U.S. and coalition forces on Sunday and Monday launched 20 airstrikes against ISIS targets in Syria and Iraq, the Pentagon announced in a statement.

Fighter and bomber aircraft conducted 14 strikes in Syria, and fighter aircraft conducted six airstrikes in Iraq, according to officials from the Combined Joint Task Force. The attacks took place between 8 a.m. Sunday and 8 a.m. Monday.

Meanwhile, reports emerged on Monday the terrorist group had executed more than 100 of its members whose loyalty it deemed "questionable," the International Business Times reported.

Iraq's powerful interior minister, Mohammed Salem al-Ghabban, interpreted the killings as a sign that ISIS was losing its control over people.
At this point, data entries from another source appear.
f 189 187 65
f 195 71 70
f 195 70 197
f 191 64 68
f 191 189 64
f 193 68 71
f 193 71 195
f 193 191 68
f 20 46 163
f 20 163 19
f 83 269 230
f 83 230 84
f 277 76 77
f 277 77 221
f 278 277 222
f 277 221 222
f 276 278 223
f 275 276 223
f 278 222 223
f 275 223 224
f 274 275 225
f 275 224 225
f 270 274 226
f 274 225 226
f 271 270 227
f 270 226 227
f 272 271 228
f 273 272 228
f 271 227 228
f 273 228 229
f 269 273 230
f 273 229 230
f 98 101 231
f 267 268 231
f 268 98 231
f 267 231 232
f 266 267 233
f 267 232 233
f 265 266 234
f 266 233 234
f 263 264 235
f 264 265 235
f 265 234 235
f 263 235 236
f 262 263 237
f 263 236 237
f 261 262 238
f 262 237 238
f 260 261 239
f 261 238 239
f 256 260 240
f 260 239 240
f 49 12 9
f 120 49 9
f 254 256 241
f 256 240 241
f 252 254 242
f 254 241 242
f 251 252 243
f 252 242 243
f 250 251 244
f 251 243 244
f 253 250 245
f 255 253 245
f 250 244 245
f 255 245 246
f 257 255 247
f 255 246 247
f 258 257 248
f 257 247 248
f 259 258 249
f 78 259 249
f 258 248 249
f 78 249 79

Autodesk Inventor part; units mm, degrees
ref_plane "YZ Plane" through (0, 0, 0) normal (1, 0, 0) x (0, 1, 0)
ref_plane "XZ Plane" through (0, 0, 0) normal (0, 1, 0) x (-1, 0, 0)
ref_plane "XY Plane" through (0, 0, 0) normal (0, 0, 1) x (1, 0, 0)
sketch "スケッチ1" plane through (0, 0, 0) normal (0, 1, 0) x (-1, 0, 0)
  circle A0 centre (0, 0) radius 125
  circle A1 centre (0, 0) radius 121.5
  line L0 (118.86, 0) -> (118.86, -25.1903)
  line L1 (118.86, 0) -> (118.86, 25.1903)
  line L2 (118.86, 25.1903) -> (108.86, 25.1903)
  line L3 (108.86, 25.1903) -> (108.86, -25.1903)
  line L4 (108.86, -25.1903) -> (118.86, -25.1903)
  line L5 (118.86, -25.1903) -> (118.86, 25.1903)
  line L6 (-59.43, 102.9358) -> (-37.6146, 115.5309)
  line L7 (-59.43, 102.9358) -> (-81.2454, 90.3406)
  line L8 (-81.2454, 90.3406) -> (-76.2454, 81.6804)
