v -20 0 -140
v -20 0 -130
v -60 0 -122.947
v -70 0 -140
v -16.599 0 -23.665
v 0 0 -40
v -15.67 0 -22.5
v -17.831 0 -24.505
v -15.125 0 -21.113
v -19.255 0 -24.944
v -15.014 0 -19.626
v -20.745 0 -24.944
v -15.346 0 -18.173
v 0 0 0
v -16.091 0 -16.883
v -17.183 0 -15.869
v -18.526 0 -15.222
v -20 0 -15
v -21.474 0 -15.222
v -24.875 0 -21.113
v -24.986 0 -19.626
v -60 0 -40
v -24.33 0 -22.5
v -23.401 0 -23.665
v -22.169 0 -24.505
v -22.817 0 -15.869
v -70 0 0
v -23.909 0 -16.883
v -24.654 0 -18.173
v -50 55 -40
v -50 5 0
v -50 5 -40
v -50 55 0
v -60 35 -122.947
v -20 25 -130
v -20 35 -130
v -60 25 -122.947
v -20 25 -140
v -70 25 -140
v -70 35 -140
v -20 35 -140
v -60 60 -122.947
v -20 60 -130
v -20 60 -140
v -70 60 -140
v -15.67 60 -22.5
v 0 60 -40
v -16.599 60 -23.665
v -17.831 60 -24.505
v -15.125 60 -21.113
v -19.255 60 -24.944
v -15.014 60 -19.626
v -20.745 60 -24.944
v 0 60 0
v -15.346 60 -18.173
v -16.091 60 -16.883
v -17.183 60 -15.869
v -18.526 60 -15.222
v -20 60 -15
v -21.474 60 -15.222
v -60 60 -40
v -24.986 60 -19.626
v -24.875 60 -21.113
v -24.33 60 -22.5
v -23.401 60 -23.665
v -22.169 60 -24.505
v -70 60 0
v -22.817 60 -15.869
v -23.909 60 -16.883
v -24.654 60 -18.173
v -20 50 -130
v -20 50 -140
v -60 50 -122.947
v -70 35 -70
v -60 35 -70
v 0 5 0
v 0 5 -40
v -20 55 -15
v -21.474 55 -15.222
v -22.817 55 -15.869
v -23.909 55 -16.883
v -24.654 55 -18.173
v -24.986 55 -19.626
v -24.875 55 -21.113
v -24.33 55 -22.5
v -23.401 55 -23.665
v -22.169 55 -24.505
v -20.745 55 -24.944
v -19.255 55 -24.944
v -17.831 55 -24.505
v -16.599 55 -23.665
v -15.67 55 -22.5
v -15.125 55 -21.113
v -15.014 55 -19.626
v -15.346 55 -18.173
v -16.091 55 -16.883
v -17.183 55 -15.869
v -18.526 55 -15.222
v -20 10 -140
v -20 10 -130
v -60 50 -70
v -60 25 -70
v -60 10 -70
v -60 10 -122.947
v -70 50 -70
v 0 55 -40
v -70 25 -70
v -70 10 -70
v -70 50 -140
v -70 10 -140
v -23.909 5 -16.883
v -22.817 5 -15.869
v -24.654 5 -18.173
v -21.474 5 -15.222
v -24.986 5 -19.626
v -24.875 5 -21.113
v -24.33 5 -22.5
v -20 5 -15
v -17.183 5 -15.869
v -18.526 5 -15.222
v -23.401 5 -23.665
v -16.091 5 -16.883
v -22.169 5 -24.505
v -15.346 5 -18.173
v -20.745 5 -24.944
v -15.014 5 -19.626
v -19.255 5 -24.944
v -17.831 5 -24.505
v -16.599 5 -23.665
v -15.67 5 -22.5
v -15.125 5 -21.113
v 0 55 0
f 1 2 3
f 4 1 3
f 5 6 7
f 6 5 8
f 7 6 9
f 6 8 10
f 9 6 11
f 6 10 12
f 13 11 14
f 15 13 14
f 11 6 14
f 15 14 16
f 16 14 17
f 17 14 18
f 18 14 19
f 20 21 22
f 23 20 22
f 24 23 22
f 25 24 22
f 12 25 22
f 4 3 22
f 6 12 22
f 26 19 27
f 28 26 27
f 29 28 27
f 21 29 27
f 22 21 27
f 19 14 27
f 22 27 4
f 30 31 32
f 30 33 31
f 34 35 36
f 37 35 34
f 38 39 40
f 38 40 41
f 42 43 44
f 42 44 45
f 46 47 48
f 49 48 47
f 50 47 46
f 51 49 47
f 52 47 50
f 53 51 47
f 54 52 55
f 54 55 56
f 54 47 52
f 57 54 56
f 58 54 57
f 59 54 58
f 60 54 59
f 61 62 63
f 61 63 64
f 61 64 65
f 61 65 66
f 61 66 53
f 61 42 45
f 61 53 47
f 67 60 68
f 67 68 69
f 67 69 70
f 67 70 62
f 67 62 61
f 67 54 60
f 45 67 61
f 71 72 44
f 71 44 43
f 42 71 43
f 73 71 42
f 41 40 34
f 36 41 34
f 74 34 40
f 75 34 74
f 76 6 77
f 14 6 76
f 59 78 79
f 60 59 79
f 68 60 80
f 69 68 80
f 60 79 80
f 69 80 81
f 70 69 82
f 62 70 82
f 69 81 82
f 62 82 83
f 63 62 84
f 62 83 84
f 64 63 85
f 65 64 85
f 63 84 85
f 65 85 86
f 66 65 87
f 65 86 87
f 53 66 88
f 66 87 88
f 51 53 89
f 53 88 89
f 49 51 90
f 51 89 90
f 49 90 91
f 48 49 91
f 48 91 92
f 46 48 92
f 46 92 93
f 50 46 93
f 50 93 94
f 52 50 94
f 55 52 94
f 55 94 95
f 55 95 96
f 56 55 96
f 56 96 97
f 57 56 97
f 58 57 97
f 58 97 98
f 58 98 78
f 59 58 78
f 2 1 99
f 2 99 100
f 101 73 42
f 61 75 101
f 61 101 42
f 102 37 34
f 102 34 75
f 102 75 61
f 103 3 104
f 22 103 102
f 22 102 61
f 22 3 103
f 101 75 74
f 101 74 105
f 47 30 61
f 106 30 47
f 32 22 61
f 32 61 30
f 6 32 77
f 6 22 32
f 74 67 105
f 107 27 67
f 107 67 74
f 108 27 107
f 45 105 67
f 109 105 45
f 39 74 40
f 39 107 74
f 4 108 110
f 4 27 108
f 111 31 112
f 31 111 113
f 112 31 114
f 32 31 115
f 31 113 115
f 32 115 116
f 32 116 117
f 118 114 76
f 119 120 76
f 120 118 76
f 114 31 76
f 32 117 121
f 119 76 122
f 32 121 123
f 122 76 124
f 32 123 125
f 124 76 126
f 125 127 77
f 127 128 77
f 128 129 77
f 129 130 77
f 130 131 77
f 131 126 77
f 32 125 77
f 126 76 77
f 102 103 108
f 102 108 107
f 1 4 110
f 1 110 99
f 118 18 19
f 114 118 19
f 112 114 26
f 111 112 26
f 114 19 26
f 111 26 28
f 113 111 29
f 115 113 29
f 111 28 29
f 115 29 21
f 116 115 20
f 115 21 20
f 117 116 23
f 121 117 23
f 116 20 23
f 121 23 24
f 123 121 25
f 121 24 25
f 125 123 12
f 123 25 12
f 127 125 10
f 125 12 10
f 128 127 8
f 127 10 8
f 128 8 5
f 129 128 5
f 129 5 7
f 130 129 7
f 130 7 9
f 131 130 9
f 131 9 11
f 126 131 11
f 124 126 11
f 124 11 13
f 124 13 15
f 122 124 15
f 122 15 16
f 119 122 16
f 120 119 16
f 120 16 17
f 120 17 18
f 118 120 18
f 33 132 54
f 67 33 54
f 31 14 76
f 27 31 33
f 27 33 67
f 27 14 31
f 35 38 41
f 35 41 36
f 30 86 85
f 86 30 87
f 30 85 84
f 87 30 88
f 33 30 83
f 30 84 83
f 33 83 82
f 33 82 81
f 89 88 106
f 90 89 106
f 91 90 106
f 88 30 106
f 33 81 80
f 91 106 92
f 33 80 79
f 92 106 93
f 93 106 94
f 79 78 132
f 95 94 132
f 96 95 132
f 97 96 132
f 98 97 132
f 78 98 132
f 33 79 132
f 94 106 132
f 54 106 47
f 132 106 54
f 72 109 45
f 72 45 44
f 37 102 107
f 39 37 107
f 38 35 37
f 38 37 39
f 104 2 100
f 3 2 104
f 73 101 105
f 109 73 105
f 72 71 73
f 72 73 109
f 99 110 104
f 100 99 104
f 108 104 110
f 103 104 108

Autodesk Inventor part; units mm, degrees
ref_plane "YZ Plane" through (0, 0, 0) normal (1, 0, 0) x (0, 1, 0)
ref_plane "XZ Plane" through (0, 0, 0) normal (0, 1, 0) x (-1, 0, 0)
ref_plane "XY Plane" through (0, 0, 0) normal (0, 0, 1) x (1, 0, 0)
sketch "스케치1" plane through (0, 0, 0) normal (0, 1, 0) x (-1, 0, 0)
  line L0 (0, 0) -> (70, 0)
  line L1 (70, 0) -> (70, -140)
  line L2 (70, -140) -> (20, -140)
  line L3 (20, -140) -> (20, -130)
  line L4 (20, -130) -> (60, -122.9469)
  line L5 (60, -122.9469) -> (60, -40)
  line L6 (60, -40) -> (0, -40)
  line L7 (0, -40) -> (0, 0)
  dimension "d0" = 60
  dimension "d1" = 40
  dimension "d2" = 140
  dimension "d3" = 50
  dimension "d4" = 100
  dimension "d5" = 10
  dimension "d6" = 70
extrude "돌출1" add sketch "스케치1" along normal blind 60
sketch "스케치2" plane through (0, 0, 0) normal (1, 0, 0) x (0, 0, -1)
  line L0 (40, 0) -> (0, 0) projected
  line L1 (40, 0) -> (40, 60) projected
  line L2 (0, 60) -> (40, 60) projected
  line L3 (0, 0) -> (0, 60) projected
  line L4 (40, 0) -> (40, 60) projected
  line L5 (0, 5) -> (40, 5)
  line L6 (40, 5) -> (40, 55)
  line L7 (40, 55) -> (0, 55)
  line L8 (0, 55) -> (0, 5)
  dimension "d9" = 5
  dimension "d10" = 5
extrude "돌출2" cut sketch "스케치2" against normal blind 50 contours L5 L3 L7 L1
sketch "스케치3" plane through (-20, 0, -130) normal (1, 0, 0) x (0, 0, -1)
  line L0 (10, 0) -> (0, 0) projected
  line L1 (10, 0) -> (10, 60) projected
  line L2 (0, 60) -> (10, 60) projected
  line L3 (0, 0) -> (0, 60) projected
  line L4 (10, 35) -> (-60, 35)
  line L5 (-60, 35) -> (-60, 50)
  line L6 (-60, 50) -> (10, 50)
  line L7 (10, 50) -> (10, 35)
  line L8 (10, 0) -> (10, 60) projected
  line L9 (10, 10) -> (-60, 10)
  line L10 (-60, 10) -> (-60, 25)
  line L11 (-60, 25) -> (10, 25)
  line L12 (10, 25) -> (10, 10)
  line L13 (-90, 60) -> (-7.0531, 60) projected
  line L14 (-7.0531, 0) -> (-90, 0) projected
  point P0 (-130, 0)
  dimension "d13" = 70
  dimension "d14" = 15
  dimension "d15" = 70
  dimension "d16" = 15
  dimension "d17" = 10
  dimension "d18" = 10
extrude "돌출3" cut sketch "스케치3" against normal blind 50 contours L9 L3 L11 L1 | L9 L10 L11 L3 | L4 L3 L6 L1 | L4 L5 L6 L3
sketch "스케치4" plane through (0, 60, 0) normal (0, 1, 0) x (1, 0, 0)
  line L0 (-70, 0) -> (0, 0) projected
  line L1 (0, 0) -> (0, 40) projected
  point P0 (-20, 20)
  dimension "d21" = 20
  dimension "d22" = 20
hole "구멍1" at (-20, 60, -20) direction (0, -1, 0) diameter 10 end through all
properties part number "claw"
"The execution of 100 ISIS militants demonstrates that the group is breaking down," al-Ghabban said in a statement.

Over Syria, coalition jets targeted two large ISIS units and a fighting position near Kobani, a city in the country's northern Aleppo governorate, immediately south of the Turkish border. The Combined Joint Task Force said it destroyed 11 militant fighting positions.

In the eastern part of the country, meanwhile, projectiles struck five crude oil collection points and a crude oil pipeline controlled by the Islamist organization. The coalition said it also destroyed two ISIS armored vehicles and a shipping container.

Over Iraq, meanwhile, strikes were carried out in four locations: near Qaim, a northern town near the Syrian border; near Asad, in the western Al Anbar province; near Ramadi, a central Iraqi city less than 100 miles from Baghdad; and near Mosul, a city of more than a million and the largest locality controlled by ISIS fighters.

The U.S. Department of Defense said aircraft struck two large ISIS units and two tactical units, and bombs destroyed two excavators and three vehicles used by the Islamist militants.

The attacks were conducted as part of an operation "to eliminate the (ISIS) terrorist group and the threat (it poses) to Iraq, the region and the wider international community," the Pentagon said.

Beyond the United States, the coalition comprises Australia, Bahrain, Belgium, Canada, Denmark, France, Jordan, the Netherlands, Saudi Arabia, the United Arab Emirates and the United Kingdom.